=== EXTRACTED ENTRIES ===
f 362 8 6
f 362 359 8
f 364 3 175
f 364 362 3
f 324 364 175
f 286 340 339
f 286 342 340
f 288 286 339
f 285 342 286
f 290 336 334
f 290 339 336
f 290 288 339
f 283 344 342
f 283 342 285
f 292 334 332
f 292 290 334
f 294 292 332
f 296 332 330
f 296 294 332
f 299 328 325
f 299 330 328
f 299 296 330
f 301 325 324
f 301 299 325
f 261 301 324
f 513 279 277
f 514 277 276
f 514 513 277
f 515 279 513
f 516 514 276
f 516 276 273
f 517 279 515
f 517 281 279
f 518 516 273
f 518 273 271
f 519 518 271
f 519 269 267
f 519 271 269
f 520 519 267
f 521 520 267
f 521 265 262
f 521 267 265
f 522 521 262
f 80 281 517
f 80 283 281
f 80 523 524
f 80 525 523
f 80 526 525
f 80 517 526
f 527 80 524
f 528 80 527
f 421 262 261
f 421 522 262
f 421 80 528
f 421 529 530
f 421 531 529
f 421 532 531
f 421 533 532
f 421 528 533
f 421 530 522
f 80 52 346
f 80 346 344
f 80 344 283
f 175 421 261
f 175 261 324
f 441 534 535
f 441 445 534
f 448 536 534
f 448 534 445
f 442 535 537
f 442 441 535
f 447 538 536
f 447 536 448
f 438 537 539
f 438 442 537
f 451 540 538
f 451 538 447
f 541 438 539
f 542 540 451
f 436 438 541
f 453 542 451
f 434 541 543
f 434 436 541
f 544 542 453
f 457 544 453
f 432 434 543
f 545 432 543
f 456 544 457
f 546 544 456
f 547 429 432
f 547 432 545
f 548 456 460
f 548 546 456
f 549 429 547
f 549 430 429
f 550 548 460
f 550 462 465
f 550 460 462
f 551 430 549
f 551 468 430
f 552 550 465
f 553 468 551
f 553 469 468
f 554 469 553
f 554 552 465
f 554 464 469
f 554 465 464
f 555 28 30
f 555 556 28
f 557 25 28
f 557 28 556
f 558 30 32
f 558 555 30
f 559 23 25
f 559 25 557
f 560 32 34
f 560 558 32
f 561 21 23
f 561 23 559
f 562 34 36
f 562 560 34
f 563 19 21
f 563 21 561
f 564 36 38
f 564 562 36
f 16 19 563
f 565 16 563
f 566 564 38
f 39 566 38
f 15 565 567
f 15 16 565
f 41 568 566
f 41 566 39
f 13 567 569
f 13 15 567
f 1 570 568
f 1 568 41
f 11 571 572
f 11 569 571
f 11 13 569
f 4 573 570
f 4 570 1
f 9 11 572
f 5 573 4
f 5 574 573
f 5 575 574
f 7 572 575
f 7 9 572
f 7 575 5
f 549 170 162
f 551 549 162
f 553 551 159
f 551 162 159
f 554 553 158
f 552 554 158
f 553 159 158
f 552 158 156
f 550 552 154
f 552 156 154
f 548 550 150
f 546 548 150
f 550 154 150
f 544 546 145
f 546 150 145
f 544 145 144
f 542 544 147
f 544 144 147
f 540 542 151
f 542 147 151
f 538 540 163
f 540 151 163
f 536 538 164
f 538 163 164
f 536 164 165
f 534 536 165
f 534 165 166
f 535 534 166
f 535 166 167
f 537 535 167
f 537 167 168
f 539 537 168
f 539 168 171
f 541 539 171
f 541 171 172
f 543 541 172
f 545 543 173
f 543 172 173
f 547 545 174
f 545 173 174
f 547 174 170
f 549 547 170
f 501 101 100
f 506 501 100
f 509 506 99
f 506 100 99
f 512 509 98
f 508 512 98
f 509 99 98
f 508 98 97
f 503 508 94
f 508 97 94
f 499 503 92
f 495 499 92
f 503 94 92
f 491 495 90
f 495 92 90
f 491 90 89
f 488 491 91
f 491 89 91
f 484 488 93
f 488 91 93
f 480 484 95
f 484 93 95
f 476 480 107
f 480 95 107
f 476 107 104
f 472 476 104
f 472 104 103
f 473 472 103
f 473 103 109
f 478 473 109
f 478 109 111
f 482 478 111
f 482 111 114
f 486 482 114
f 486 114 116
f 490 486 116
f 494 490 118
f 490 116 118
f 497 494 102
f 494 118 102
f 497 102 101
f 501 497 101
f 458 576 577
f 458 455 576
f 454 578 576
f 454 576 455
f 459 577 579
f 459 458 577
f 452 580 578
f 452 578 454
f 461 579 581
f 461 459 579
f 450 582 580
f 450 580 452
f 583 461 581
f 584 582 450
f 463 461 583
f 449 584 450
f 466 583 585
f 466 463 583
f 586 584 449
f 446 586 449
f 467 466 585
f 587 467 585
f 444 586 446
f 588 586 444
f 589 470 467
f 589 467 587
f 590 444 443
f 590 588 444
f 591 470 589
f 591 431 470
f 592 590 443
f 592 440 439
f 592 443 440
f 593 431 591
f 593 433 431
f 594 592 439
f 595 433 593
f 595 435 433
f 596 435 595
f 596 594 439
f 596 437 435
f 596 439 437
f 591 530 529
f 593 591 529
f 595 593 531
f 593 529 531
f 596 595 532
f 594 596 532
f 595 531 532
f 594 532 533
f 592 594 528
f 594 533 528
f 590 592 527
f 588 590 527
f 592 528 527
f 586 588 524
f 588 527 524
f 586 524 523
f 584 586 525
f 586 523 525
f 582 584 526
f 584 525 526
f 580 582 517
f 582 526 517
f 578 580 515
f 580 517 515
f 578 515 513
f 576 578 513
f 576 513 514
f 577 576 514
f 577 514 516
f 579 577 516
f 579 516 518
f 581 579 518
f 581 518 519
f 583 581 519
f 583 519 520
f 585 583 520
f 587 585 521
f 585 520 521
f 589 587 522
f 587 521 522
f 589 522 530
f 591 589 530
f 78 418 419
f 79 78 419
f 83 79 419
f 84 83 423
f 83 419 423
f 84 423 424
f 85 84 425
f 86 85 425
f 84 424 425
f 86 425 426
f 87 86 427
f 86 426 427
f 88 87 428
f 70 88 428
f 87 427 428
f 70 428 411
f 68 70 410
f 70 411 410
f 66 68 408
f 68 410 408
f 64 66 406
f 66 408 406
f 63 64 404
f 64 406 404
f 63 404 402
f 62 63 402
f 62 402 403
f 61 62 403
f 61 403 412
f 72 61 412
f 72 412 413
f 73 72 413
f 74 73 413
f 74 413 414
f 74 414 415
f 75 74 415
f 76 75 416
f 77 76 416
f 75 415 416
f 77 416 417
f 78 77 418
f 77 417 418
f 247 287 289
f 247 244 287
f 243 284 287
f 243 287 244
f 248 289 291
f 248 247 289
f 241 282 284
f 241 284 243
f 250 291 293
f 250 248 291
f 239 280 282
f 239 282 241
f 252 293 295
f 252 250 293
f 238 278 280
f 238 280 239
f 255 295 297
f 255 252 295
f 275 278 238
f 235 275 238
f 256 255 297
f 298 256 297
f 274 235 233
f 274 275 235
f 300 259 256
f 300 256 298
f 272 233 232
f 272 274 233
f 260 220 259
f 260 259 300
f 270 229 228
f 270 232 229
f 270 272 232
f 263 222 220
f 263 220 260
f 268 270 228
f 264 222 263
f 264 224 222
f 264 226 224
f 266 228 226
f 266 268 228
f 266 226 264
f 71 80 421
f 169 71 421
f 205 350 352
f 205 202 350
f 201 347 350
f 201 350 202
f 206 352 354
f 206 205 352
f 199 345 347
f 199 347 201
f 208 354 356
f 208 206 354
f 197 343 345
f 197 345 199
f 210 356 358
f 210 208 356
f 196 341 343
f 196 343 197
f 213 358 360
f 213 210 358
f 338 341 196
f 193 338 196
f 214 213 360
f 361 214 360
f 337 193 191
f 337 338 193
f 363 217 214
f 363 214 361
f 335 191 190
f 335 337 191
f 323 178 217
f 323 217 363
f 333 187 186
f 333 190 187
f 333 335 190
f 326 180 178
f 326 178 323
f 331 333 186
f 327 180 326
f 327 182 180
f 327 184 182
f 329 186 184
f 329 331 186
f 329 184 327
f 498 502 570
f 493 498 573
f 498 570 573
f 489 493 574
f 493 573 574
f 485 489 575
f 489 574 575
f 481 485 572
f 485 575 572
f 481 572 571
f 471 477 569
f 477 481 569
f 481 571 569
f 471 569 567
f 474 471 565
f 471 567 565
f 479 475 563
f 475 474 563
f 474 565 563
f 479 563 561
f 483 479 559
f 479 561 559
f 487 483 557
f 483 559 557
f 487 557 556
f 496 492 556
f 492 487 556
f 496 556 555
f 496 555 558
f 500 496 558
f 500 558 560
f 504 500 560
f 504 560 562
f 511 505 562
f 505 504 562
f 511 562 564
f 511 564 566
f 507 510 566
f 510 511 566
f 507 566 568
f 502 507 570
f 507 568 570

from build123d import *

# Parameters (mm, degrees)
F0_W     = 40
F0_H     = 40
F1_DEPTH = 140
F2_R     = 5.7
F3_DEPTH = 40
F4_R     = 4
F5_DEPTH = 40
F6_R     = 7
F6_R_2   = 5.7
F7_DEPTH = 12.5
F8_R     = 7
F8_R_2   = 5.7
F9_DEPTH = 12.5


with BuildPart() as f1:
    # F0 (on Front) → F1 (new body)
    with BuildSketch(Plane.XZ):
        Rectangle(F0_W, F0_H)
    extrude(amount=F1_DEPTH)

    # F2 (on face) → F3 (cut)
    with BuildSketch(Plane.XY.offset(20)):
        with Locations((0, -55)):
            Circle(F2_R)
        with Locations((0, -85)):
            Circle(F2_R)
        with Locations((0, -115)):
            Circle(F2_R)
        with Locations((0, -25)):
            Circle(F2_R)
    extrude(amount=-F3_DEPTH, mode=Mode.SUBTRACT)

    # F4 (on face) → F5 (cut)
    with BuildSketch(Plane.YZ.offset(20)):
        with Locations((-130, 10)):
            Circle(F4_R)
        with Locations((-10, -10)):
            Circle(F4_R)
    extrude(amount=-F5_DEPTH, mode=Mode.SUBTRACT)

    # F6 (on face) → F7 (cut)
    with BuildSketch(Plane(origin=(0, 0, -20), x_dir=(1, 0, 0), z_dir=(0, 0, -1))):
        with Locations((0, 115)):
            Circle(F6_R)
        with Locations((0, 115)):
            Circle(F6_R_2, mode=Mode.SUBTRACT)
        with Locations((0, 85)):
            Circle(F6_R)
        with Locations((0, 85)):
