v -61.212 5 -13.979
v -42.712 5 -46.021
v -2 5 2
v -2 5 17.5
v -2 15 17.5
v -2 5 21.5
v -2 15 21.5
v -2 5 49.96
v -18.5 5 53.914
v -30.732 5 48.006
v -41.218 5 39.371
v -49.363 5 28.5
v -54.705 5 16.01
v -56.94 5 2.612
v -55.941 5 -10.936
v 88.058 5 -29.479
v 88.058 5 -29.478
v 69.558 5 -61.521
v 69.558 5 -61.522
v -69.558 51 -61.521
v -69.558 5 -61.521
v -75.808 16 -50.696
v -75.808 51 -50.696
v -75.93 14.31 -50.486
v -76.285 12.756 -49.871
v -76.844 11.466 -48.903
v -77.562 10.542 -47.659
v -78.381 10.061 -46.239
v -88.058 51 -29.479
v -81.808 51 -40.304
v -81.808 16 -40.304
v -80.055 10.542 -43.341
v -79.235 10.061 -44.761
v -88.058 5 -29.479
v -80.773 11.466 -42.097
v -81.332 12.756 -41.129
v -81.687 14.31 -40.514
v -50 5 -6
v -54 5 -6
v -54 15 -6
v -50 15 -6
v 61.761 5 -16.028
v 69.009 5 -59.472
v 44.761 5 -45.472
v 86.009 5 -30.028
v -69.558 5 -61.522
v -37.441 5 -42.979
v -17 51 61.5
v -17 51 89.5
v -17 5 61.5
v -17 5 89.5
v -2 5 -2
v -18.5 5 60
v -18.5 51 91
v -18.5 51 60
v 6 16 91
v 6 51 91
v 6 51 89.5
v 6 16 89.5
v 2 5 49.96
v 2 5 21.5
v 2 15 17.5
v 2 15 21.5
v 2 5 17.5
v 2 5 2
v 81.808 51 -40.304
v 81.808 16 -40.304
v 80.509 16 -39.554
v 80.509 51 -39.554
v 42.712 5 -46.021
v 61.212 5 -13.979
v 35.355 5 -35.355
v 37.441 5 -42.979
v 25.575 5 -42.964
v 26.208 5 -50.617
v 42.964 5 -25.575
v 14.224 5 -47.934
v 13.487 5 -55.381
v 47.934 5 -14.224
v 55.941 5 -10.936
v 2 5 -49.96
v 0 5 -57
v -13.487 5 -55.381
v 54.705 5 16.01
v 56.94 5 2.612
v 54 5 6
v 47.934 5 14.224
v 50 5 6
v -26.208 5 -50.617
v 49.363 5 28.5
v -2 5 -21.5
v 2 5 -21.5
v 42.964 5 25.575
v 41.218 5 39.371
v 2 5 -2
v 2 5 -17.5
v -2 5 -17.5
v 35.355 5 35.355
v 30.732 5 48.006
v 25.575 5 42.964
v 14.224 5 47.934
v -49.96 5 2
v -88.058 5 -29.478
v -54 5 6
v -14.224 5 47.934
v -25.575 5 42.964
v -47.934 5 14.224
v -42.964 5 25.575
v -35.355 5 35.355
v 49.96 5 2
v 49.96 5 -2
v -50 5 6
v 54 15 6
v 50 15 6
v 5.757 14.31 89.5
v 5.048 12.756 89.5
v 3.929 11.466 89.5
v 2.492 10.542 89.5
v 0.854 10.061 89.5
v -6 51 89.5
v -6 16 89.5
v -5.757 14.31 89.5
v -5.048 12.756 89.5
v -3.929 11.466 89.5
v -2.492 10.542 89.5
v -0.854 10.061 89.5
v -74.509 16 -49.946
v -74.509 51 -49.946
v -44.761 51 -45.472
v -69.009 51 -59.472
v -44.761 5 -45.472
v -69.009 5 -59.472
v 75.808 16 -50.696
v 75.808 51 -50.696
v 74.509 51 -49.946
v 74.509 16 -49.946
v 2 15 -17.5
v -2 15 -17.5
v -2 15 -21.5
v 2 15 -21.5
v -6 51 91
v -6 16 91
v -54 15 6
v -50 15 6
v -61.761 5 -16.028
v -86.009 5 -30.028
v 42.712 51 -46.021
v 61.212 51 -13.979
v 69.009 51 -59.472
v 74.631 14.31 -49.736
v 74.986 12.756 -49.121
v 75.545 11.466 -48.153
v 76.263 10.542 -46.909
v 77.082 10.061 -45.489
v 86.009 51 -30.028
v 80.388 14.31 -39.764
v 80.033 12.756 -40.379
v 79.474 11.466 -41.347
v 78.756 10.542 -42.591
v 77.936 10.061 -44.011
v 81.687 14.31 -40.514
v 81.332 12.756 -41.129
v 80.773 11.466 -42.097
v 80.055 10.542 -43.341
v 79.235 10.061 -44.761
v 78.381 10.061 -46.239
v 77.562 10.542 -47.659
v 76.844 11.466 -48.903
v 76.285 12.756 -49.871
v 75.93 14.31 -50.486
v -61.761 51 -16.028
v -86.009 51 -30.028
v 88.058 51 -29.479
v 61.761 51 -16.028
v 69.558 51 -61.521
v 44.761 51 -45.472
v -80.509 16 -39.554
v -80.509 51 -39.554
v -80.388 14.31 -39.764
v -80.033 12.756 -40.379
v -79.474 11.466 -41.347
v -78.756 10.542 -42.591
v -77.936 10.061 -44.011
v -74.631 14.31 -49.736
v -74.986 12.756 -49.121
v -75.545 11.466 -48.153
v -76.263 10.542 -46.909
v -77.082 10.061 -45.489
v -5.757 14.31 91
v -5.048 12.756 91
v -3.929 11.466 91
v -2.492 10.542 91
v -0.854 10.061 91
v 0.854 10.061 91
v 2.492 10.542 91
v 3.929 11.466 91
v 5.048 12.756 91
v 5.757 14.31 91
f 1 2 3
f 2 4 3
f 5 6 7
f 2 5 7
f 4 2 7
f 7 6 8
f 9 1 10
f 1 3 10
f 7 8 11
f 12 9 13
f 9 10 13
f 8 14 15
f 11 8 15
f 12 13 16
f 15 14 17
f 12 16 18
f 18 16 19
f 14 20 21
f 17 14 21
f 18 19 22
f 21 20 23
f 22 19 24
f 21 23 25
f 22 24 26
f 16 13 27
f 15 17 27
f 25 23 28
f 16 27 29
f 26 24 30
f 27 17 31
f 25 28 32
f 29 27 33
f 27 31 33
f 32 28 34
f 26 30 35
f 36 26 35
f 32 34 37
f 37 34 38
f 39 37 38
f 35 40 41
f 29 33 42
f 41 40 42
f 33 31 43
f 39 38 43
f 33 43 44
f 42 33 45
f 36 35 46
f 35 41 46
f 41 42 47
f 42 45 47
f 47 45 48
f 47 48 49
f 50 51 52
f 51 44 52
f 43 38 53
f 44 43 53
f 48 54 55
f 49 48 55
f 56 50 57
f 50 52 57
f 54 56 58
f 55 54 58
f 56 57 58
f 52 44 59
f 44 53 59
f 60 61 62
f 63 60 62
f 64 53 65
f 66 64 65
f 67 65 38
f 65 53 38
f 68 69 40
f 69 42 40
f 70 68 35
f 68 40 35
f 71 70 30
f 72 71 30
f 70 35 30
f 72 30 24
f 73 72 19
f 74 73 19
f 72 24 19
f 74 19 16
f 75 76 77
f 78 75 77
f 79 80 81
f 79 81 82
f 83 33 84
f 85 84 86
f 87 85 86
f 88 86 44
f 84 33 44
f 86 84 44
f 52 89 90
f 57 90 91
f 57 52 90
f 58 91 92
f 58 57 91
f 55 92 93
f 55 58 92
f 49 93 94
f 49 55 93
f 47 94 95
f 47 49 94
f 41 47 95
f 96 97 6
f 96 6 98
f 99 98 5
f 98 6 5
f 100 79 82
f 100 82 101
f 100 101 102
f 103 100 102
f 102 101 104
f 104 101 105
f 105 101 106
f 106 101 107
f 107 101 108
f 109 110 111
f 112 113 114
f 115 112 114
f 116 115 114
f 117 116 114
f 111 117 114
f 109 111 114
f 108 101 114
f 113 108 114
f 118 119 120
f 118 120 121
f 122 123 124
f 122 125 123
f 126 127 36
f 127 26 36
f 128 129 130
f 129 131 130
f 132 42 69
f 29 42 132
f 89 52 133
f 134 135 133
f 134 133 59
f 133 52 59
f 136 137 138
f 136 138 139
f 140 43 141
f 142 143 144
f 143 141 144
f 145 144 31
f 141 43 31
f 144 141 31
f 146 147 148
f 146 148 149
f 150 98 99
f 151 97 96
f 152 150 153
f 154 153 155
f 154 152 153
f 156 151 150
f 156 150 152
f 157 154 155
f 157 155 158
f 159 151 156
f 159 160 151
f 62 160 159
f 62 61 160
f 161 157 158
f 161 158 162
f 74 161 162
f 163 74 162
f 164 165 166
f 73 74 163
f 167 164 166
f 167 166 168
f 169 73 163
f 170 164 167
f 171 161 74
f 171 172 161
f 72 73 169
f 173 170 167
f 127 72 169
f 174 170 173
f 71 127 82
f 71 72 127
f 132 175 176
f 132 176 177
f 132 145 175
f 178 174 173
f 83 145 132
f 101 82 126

=== WHAT NEEDS TO BE DONE ===
All that is wanted is an exact copy of the lines above from the one with "v -2 15 -21.5" through the one with "v 80.388 14.31 -39.764", with both ends included.

=== RESPONSE TO THE EXERCISE ===
v -2 15 -21.5
v 2 15 -21.5
v -6 51 91
v -6 16 91
v -54 15 6
v -50 15 6
v -61.761 5 -16.028
v -86.009 5 -30.028
v 42.712 51 -46.021
v 61.212 51 -13.979
v 69.009 51 -59.472
v 74.631 14.31 -49.736
v 74.986 12.756 -49.121
v 75.545 11.466 -48.153
v 76.263 10.542 -46.909
v 77.082 10.061 -45.489
v 86.009 51 -30.028
v 80.388 14.31 -39.764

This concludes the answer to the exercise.